(Collected data)
Start of Block
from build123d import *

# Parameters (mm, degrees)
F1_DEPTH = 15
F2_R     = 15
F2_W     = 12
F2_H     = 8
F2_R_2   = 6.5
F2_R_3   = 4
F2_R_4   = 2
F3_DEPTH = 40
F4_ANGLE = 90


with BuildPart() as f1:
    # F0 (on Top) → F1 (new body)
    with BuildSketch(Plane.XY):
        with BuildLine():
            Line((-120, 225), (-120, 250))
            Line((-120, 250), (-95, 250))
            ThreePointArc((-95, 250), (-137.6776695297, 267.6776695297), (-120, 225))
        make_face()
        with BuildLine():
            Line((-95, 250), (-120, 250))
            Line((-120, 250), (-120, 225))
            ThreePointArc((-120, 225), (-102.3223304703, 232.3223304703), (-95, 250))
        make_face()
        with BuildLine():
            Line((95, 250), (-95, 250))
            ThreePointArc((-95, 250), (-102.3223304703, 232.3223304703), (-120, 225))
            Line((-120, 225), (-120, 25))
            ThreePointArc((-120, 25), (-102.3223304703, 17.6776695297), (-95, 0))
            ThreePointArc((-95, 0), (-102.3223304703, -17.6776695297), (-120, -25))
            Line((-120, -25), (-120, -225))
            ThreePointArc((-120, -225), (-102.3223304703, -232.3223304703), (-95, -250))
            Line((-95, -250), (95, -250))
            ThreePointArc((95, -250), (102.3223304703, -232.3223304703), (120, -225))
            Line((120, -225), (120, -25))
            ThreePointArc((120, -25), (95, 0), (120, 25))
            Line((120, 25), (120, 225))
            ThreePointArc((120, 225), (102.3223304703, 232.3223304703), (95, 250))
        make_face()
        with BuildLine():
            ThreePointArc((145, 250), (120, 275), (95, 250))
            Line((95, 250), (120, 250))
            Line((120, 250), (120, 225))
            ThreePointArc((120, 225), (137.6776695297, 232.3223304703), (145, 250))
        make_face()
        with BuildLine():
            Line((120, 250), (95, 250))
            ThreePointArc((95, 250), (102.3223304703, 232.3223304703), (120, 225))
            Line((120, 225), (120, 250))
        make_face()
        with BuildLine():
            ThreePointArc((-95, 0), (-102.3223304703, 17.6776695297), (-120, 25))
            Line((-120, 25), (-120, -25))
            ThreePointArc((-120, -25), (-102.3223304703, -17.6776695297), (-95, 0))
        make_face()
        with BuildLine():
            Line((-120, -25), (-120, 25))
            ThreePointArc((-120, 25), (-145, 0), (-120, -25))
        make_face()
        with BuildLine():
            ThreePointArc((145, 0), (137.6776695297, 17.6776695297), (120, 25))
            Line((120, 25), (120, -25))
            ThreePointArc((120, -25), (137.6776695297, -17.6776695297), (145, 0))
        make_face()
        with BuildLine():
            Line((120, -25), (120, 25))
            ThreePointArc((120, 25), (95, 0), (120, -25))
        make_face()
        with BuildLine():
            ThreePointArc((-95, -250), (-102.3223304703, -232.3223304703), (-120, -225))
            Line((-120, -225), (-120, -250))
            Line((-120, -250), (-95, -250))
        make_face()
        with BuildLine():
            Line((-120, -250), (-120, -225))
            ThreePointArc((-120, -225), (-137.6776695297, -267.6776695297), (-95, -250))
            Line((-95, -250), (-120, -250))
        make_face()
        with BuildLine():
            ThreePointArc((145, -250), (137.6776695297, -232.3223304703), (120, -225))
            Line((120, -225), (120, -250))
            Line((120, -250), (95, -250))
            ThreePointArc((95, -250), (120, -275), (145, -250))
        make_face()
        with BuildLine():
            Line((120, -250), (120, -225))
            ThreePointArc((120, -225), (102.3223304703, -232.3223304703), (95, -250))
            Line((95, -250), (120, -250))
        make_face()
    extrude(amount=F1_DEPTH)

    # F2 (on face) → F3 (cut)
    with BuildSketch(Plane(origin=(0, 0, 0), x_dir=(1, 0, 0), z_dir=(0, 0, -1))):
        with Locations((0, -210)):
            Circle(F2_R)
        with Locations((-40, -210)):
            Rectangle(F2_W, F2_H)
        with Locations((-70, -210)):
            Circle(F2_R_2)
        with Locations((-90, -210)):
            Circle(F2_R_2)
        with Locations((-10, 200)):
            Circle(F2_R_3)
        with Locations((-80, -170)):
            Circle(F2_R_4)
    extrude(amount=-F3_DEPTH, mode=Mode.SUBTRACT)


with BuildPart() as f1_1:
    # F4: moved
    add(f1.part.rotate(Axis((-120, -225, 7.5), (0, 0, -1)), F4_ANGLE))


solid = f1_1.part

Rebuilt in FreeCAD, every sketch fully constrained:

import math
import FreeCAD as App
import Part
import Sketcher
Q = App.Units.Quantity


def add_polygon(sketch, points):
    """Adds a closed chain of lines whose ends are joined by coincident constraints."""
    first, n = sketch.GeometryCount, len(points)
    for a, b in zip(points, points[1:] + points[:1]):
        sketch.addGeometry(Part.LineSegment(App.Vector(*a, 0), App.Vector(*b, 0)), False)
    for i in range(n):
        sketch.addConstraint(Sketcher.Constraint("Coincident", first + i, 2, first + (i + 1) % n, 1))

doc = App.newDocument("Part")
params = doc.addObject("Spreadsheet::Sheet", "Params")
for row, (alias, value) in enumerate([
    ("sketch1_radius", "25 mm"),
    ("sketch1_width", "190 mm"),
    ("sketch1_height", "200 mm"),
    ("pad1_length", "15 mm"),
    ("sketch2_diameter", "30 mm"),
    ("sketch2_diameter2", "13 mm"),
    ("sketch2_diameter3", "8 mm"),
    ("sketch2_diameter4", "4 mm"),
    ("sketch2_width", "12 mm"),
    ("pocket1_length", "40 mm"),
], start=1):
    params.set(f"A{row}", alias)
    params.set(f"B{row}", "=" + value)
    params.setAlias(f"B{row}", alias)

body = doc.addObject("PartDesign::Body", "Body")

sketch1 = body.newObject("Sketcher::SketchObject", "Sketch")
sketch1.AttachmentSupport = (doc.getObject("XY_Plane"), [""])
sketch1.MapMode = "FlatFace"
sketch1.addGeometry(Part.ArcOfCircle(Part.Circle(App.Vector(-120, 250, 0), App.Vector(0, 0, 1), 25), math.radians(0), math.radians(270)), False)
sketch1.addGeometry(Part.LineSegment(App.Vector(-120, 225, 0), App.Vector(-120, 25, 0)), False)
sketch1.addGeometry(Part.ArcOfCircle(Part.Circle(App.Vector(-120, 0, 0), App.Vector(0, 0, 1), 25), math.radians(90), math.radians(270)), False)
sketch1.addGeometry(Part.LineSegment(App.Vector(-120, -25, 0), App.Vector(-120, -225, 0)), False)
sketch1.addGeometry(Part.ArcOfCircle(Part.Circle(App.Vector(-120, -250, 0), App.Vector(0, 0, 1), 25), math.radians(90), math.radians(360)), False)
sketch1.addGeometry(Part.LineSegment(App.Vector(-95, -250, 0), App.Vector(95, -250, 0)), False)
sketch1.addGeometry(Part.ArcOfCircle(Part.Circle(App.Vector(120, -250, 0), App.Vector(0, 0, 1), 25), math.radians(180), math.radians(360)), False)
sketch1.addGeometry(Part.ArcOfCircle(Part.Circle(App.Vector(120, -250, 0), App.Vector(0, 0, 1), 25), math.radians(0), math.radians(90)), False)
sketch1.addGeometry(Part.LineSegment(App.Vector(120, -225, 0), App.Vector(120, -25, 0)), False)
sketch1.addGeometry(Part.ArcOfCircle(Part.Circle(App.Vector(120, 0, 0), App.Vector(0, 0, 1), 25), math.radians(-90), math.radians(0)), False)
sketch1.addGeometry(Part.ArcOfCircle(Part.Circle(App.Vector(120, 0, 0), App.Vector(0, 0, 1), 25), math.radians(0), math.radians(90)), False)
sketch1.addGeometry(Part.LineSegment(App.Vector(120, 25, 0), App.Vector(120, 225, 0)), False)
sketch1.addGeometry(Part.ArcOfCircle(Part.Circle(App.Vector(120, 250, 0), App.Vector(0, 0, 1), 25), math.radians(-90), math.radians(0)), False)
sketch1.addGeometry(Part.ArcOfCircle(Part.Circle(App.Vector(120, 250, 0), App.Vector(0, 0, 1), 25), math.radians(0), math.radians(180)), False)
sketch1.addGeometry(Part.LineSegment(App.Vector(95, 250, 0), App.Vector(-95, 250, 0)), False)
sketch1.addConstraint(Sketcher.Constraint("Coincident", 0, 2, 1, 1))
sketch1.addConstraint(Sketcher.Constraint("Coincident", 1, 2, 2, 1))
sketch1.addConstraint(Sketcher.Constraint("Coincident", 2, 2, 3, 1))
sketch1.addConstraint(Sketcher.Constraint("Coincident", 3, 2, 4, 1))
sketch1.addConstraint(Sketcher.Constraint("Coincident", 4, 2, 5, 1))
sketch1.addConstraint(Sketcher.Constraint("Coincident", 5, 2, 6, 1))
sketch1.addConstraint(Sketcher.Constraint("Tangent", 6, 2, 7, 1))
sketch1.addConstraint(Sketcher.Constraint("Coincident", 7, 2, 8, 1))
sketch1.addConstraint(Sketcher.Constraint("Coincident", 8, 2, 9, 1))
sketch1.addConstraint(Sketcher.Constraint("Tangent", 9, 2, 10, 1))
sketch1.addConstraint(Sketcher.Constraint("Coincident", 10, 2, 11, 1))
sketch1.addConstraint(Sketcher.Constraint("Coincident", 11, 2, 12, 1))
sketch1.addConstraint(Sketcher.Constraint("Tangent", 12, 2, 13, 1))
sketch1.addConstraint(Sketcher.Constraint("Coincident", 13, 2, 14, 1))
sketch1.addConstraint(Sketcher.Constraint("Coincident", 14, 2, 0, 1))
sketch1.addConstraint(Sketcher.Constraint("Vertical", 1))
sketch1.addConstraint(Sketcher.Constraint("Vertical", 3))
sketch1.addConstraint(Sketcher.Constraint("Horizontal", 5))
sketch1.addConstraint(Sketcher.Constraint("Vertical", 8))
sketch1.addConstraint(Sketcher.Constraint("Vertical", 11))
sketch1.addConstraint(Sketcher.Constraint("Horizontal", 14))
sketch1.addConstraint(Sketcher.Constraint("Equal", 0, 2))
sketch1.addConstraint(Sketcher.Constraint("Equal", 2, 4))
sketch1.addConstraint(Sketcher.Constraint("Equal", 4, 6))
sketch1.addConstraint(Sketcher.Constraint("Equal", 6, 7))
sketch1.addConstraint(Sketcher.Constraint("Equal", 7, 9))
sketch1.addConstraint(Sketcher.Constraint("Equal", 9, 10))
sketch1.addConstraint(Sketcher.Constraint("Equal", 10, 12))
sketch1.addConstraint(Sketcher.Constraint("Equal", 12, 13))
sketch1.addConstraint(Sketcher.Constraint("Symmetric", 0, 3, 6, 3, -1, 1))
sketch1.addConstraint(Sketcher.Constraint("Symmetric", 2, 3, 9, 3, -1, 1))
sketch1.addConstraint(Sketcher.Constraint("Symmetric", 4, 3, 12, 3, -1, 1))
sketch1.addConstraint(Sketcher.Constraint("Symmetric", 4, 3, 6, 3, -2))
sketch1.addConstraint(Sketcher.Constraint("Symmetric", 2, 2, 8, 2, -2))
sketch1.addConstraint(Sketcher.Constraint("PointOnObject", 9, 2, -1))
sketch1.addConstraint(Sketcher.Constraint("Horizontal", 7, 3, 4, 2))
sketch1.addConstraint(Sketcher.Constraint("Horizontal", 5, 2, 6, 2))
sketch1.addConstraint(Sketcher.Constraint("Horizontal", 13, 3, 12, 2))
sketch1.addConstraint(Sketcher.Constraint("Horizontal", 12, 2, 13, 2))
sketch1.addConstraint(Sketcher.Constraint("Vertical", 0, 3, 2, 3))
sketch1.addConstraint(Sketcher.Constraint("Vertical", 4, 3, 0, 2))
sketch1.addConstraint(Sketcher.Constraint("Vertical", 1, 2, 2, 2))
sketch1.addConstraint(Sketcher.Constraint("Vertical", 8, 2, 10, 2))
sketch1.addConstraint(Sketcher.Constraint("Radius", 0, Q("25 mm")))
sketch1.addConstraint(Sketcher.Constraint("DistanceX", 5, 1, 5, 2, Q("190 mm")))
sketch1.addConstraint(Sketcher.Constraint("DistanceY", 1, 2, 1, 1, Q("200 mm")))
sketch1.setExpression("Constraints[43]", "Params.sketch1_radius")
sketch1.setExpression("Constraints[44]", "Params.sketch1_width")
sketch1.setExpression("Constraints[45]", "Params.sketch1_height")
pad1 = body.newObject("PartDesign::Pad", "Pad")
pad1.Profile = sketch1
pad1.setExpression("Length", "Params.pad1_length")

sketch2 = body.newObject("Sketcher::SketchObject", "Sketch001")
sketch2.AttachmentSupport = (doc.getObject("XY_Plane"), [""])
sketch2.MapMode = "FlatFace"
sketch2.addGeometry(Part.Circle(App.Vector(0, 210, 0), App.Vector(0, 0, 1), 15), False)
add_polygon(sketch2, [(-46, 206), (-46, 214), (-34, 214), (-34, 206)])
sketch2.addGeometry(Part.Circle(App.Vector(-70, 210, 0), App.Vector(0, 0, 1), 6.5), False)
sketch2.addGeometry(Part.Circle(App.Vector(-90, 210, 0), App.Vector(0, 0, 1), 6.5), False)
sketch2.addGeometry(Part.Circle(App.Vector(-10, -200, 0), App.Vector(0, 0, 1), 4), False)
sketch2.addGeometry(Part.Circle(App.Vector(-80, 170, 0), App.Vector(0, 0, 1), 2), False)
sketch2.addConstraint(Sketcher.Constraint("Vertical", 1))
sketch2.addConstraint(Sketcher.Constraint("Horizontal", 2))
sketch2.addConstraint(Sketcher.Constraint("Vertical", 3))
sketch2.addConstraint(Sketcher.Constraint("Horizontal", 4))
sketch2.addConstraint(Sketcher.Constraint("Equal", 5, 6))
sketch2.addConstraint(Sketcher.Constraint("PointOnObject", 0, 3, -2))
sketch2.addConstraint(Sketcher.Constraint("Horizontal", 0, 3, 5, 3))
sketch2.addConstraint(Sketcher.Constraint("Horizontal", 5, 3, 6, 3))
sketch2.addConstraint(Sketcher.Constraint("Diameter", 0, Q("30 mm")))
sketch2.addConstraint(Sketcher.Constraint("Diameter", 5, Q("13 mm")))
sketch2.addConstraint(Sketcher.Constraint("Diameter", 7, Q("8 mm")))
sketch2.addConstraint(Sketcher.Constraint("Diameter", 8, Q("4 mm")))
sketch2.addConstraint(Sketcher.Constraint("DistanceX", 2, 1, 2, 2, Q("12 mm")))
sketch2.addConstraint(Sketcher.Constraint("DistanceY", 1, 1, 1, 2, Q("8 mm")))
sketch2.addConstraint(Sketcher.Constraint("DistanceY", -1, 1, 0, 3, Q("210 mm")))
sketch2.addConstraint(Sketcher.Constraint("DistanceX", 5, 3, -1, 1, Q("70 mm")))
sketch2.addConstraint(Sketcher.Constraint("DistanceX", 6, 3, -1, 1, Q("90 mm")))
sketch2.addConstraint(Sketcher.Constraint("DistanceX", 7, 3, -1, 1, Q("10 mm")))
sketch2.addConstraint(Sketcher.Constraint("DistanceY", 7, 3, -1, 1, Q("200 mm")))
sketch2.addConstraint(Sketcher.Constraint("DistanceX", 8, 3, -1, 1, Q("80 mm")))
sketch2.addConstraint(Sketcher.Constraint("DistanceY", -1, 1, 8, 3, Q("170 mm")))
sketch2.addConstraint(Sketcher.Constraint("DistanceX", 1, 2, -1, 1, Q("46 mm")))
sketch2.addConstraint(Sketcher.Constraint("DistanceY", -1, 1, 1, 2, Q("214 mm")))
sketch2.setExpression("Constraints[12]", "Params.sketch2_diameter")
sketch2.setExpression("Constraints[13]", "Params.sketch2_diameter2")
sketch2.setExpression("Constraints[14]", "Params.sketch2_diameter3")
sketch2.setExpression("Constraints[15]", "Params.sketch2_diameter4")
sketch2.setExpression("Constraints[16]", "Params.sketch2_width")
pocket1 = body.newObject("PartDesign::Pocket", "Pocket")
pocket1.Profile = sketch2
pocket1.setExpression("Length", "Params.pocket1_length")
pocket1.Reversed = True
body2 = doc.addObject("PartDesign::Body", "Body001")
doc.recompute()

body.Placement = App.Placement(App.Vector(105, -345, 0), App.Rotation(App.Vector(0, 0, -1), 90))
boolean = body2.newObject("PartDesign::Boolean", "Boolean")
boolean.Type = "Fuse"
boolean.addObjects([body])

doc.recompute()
End of Block
▸ TASK DESCRIPTION: Beginning with the line above that contains "extrude(amount=-F3_DEPTH, mode=Mode.SUBTRACT)", copy each line exactly up to and including the line that contains "Rebuilt in FreeCAD, every", and go no further.

▸ OUTPUT:
    extrude(amount=-F3_DEPTH, mode=Mode.SUBTRACT)


with BuildPart() as f1_1:
    # F4: moved
    add(f1.part.rotate(Axis((-120, -225, 7.5), (0, 0, -1)), F4_ANGLE))


solid = f1_1.part

Rebuilt in FreeCAD, every sketch fully constrained:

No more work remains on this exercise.